I have a matrix consisting of gene name column and log fold change column. I want to change the log fold change values in -1,1 and 0. if log fold change > 0, it should be 1; if logFC < 0, it should be -1 and if there is no values then it should be NA. Please tell me how to assign these values -1,1,0,NA in these matrix? I am comfortable in bash so please tell me in bash only. Thanks in advance.

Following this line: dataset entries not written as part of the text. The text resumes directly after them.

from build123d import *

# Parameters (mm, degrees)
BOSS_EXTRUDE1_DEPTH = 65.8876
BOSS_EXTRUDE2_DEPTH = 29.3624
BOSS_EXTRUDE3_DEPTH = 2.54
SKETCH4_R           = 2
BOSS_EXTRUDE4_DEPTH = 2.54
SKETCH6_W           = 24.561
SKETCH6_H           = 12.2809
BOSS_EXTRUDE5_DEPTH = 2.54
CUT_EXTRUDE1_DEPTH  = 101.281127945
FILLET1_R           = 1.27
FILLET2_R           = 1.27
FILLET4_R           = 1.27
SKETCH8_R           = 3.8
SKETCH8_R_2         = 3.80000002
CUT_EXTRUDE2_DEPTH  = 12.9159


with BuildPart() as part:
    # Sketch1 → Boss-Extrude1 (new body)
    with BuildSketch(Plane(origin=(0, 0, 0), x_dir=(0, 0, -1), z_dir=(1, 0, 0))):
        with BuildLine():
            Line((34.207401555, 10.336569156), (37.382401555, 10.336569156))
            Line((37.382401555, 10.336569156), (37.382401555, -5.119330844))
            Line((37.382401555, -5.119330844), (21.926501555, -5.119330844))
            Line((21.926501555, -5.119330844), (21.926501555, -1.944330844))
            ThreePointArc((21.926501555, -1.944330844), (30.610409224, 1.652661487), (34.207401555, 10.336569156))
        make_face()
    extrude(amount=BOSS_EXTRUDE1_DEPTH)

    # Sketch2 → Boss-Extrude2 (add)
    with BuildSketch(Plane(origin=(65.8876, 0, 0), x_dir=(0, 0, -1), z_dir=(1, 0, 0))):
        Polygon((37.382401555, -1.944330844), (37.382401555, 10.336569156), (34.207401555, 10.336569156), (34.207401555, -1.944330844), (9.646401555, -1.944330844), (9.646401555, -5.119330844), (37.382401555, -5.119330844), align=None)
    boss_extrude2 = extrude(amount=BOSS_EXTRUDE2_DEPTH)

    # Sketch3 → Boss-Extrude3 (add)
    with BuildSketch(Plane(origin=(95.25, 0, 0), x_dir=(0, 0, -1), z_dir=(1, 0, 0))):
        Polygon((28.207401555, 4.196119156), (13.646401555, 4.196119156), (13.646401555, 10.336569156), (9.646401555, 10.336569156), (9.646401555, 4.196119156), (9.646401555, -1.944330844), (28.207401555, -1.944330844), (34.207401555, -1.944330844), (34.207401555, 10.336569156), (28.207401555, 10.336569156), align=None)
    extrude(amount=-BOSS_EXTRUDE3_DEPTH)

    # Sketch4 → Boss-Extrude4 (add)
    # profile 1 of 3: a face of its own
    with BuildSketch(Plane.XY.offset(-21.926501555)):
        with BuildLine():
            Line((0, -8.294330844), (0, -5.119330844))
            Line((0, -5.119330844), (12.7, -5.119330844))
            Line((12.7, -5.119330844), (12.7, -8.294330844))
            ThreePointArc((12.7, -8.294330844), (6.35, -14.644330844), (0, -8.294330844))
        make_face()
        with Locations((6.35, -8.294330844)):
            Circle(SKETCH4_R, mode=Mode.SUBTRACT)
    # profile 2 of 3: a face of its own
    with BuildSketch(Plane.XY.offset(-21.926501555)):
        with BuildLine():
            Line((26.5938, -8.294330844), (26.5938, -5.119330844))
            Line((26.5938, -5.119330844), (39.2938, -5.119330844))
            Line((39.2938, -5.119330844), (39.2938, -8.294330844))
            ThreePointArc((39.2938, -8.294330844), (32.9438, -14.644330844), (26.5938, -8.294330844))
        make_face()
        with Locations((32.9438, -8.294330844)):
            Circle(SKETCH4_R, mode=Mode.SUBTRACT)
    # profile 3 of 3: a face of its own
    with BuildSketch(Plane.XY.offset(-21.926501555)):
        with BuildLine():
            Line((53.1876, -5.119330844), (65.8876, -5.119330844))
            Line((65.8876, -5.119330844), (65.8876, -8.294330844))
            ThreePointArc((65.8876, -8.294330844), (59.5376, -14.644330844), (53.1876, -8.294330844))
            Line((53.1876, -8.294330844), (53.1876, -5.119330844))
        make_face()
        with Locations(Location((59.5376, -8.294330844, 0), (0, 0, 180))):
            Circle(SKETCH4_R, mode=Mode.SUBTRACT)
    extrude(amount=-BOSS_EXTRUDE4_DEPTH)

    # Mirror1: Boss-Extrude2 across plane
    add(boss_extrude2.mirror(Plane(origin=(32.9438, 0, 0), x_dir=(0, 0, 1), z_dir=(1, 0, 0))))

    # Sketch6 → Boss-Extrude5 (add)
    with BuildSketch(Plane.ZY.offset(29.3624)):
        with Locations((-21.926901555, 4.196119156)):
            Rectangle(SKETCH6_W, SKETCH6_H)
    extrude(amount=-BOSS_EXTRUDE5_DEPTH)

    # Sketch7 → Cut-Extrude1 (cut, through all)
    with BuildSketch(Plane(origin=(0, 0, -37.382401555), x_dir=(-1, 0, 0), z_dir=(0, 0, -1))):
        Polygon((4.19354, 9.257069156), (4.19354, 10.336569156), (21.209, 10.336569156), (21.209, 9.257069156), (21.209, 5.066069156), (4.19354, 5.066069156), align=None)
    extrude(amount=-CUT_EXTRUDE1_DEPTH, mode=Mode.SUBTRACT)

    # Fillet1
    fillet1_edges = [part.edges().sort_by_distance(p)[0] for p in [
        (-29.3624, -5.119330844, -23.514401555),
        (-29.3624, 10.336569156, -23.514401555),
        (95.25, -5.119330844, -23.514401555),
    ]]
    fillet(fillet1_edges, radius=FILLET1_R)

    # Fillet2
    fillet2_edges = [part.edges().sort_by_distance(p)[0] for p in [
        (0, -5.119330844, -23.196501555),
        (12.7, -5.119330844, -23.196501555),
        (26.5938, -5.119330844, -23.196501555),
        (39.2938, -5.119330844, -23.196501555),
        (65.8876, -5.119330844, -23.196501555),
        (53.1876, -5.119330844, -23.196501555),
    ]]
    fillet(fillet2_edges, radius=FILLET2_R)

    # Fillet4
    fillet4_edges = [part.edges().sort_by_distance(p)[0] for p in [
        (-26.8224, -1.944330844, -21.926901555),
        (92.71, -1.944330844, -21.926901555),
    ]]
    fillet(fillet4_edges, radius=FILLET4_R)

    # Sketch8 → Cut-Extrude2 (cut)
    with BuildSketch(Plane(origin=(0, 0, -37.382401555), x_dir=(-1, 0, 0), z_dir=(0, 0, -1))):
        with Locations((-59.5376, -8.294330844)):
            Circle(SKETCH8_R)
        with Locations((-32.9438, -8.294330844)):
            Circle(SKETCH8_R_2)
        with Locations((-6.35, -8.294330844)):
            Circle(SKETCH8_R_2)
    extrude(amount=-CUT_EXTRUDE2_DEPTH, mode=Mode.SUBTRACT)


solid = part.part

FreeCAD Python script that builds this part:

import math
import FreeCAD as App
import Part
import Sketcher
Q = App.Units.Quantity


def edges_at(feature, points):
    """Names of the edges that pass closest to the given points."""
    edges = feature.Shape.Edges
    near = lambda p: min(range(len(edges)), key=lambda i: edges[i].distToShape(Part.Vertex(*p))[0])
    return sorted({f"Edge{near(p) + 1}" for p in points})


def add_polygon(sketch, points):
    """Adds a closed chain of lines whose ends are joined by coincident constraints."""
    first, n = sketch.GeometryCount, len(points)
    for a, b in zip(points, points[1:] + points[:1]):
        sketch.addGeometry(Part.LineSegment(App.Vector(*a, 0), App.Vector(*b, 0)), False)
    for i in range(n):
        sketch.addConstraint(Sketcher.Constraint("Coincident", first + i, 2, first + (i + 1) % n, 1))

doc = App.newDocument("Part")
body = doc.addObject("PartDesign::Body", "Body")

sketch1 = doc.addObject("Sketcher::SketchObject", "Sketch")
body.addObject(sketch1)
sketch1.AttachmentSupport = (doc.YZ_Plane, [""])
sketch1.MapMode = "FlatFace"
sketch1.addGeometry([
    Part.LineSegment(App.Vector(10.3, -37.4, 0), App.Vector(10.3, -34.2, 0)),
    Part.ArcOfCircle(Part.Circle(App.Vector(10.3, -21.9, 0), App.Vector(0, 0, 1), 12.3), math.radians(180), math.radians(270)),
    Part.LineSegment(App.Vector(-1.9, -21.9, 0), App.Vector(-5.1, -21.9, 0)),
    Part.LineSegment(App.Vector(-5.1, -21.9, 0), App.Vector(-5.1, -37.4, 0)),
    Part.LineSegment(App.Vector(-5.1, -37.4, 0), App.Vector(10.3, -37.4, 0)),
], False)
sketch1.addConstraint([
    Sketcher.Constraint("Coincident", 0, 2, 1, 2),
    Sketcher.Constraint("Coincident", 1, 1, 2, 1),
    Sketcher.Constraint("Coincident", 2, 2, 3, 1),
    Sketcher.Constraint("Coincident", 3, 2, 4, 1),
    Sketcher.Constraint("Coincident", 4, 2, 0, 1),
    Sketcher.Constraint("Vertical", 0),
    Sketcher.Constraint("Horizontal", 2),
    Sketcher.Constraint("Vertical", 3),
    Sketcher.Constraint("Horizontal", 4),
    Sketcher.Constraint("Vertical", 1, 3, 0, 2),
    Sketcher.Constraint("Equal", 2, 0),
    Sketcher.Constraint("Equal", 4, 3),
    Sketcher.Constraint("Radius", 1, Q("0.4835 in")),
    Sketcher.Constraint("DistanceX", 2, 2, 2, 1, Q("0.125 in")),
    Sketcher.Constraint("DistanceY", 1, 3, -1, 1, 21.926502),
    Sketcher.Constraint("DistanceX", -1, 1, 1, 3, 10.336569),
])
pad1 = doc.addObject("PartDesign::Pad", "Pad")
body.addObject(pad1)
pad1.Profile = sketch1
pad1.Length = Q("2.594 in")

sketch2 = doc.addObject("Sketcher::SketchObject", "Sketch001")
body.addObject(sketch2)
sketch2.AttachmentSupport = (doc.YZ_Plane, [""])
sketch2.MapMode = "FlatFace"
sketch2.AttachmentOffset = App.Placement(App.Vector(0, 0, 2.594 * 25.4), App.Rotation())
add_polygon(sketch2, [(10.3, -37.4), (10.3, -34.2), (-1.9, -34.2), (-1.9, -9.6), (-5.1, -9.6), (-5.1, -37.4)])
sketch2.addConstraint([
    Sketcher.Constraint("Vertical", 0),
    Sketcher.Constraint("Horizontal", 1),
    Sketcher.Constraint("Vertical", 2),
    Sketcher.Constraint("Horizontal", 3),
    Sketcher.Constraint("Vertical", 4),
    Sketcher.Constraint("Horizontal", 5),
    Sketcher.Constraint("Equal", 3, 0),
    Sketcher.Constraint("DistanceX", 3, 2, 3, 1, Q("0.125 in")),
    Sketcher.Constraint("DistanceX", 1, 2, 1, 1, Q("0.4835 in")),
    Sketcher.Constraint("DistanceY", 2, 1, 2, 2, 24.561),
    Sketcher.Constraint("DistanceY", 0, 2, -1, 1, 34.207402),
    Sketcher.Constraint("DistanceX", -1, 1, 0, 2, 10.336569),
])
pad2 = doc.addObject("PartDesign::Pad", "Pad001")
body.addObject(pad2)
pad2.Profile = sketch2
pad2.Length = Q("1.156 in")

sketch3 = doc.addObject("Sketcher::SketchObject", "Sketch002")
body.addObject(sketch3)
sketch3.AttachmentSupport = (doc.YZ_Plane, [""])
sketch3.MapMode = "FlatFace"
sketch3.AttachmentOffset = App.Placement(App.Vector(0, 0, 3.75 * 25.4), App.Rotation())
add_polygon(sketch3, [(4.2, -28.2), (4.2, -13.6), (10.3, -13.6), (10.3, -9.6), (-1.9, -9.6), (-1.9, -34.2), (10.3, -34.2), (10.3, -28.2)])
sketch3.addConstraint([
    Sketcher.Constraint("Vertical", 0),
    Sketcher.Constraint("Horizontal", 1),
    Sketcher.Constraint("Vertical", 2),
    Sketcher.Constraint("Horizontal", 3),
    Sketcher.Constraint("Vertical", 4),
    Sketcher.Constraint("Horizontal", 5),
    Sketcher.Constraint("Vertical", 6),
    Sketcher.Constraint("Horizontal", 7),
    Sketcher.Constraint("Vertical", 2, 2, 5, 2),
    Sketcher.Constraint("DistanceX", 3, 2, 3, 1, Q("0.4835 in")),
    Sketcher.Constraint("DistanceY", 0, 1, 0, 2, 14.561),
    Sketcher.Constraint("DistanceY", 2, 1, 2, 2, 4.0),
    Sketcher.Constraint("DistanceY", 4, 2, 4, 1, 24.561),
    Sketcher.Constraint("DistanceX", 1, 1, 1, 2, 6.14045),
    Sketcher.Constraint("DistanceY", 0, 2, -1, 1, 13.646402),
    Sketcher.Constraint("DistanceX", -1, 1, 0, 2, 4.196119),
])
pad3 = doc.addObject("PartDesign::Pad", "Pad002")
body.addObject(pad3)
pad3.Profile = sketch3
pad3.Length = Q("0.1 in")
pad3.Reversed = True

sketch4 = doc.addObject("Sketcher::SketchObject", "Sketch003")
body.addObject(sketch4)
sketch4.AttachmentSupport = (doc.XY_Plane, [""])
sketch4.MapMode = "FlatFace"
sketch4.AttachmentOffset = App.Placement(App.Vector(0, 0, -21.926502), App.Rotation())
sketch4.addGeometry([
    Part.LineSegment(App.Vector(0, -5.1, 0), App.Vector(0, -8.3, 0)),
    Part.ArcOfCircle(Part.Circle(App.Vector(6.3, -8.3, 0), App.Vector(0, 0, 1), 6.3), math.radians(180), math.radians(360)),
    Part.LineSegment(App.Vector(12.7, -8.3, 0), App.Vector(12.7, -5.1, 0)),
    Part.LineSegment(App.Vector(12.7, -5.1, 0), App.Vector(0, -5.1, 0)),
    Part.Circle(App.Vector(6.3, -8.3, 0), App.Vector(0, 0, 1), 2),
    Part.LineSegment(App.Vector(26.6, -5.1, 0), App.Vector(26.6, -8.3, 0)),
    Part.ArcOfCircle(Part.Circle(App.Vector(32.9, -8.3, 0), App.Vector(0, 0, 1), 6.3), math.radians(180), math.radians(360)),
    Part.LineSegment(App.Vector(39.3, -8.3, 0), App.Vector(39.3, -5.1, 0)),
    Part.LineSegment(App.Vector(39.3, -5.1, 0), App.Vector(26.6, -5.1, 0)),
    Part.Circle(App.Vector(32.9, -8.3, 0), App.Vector(0, 0, 1), 2),
    Part.LineSegment(App.Vector(65.9, -5.1, 0), App.Vector(53.2, -5.1, 0)),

Question needs more information (such as the format of the input data etc.) as per my comment, but here's the basics of something functional:
#!/bin/bash
while IFS=',' read -r -a array ; do
if [ -z "${array[1]}" ] ; then
fc="NA"
elif (( "${array[1]}" > 0 )); then
fc=1
elif (( "${array[1]}" < 0 )); then
fc=0
fi
echo "${array[0]},$fc"
done < $1
Assuming an input file like:
$ cat test.csv
Gene1,1
Gene2,10
Gene3,
Gene4,-1
Gene5,-30
bash scriptname.sh test.csv
will yield:
Gene1,1
Gene2,1
Gene3,NA
Gene4,0
Gene5,0
NOTE:
bash
cannot do floating point arithmetic (unless you subprocess to bc
or something), so if you have floating point data, this is why I would strongly urge the use of Python/R or something as per my comment also. Additionally this is why it's important to provide example input data.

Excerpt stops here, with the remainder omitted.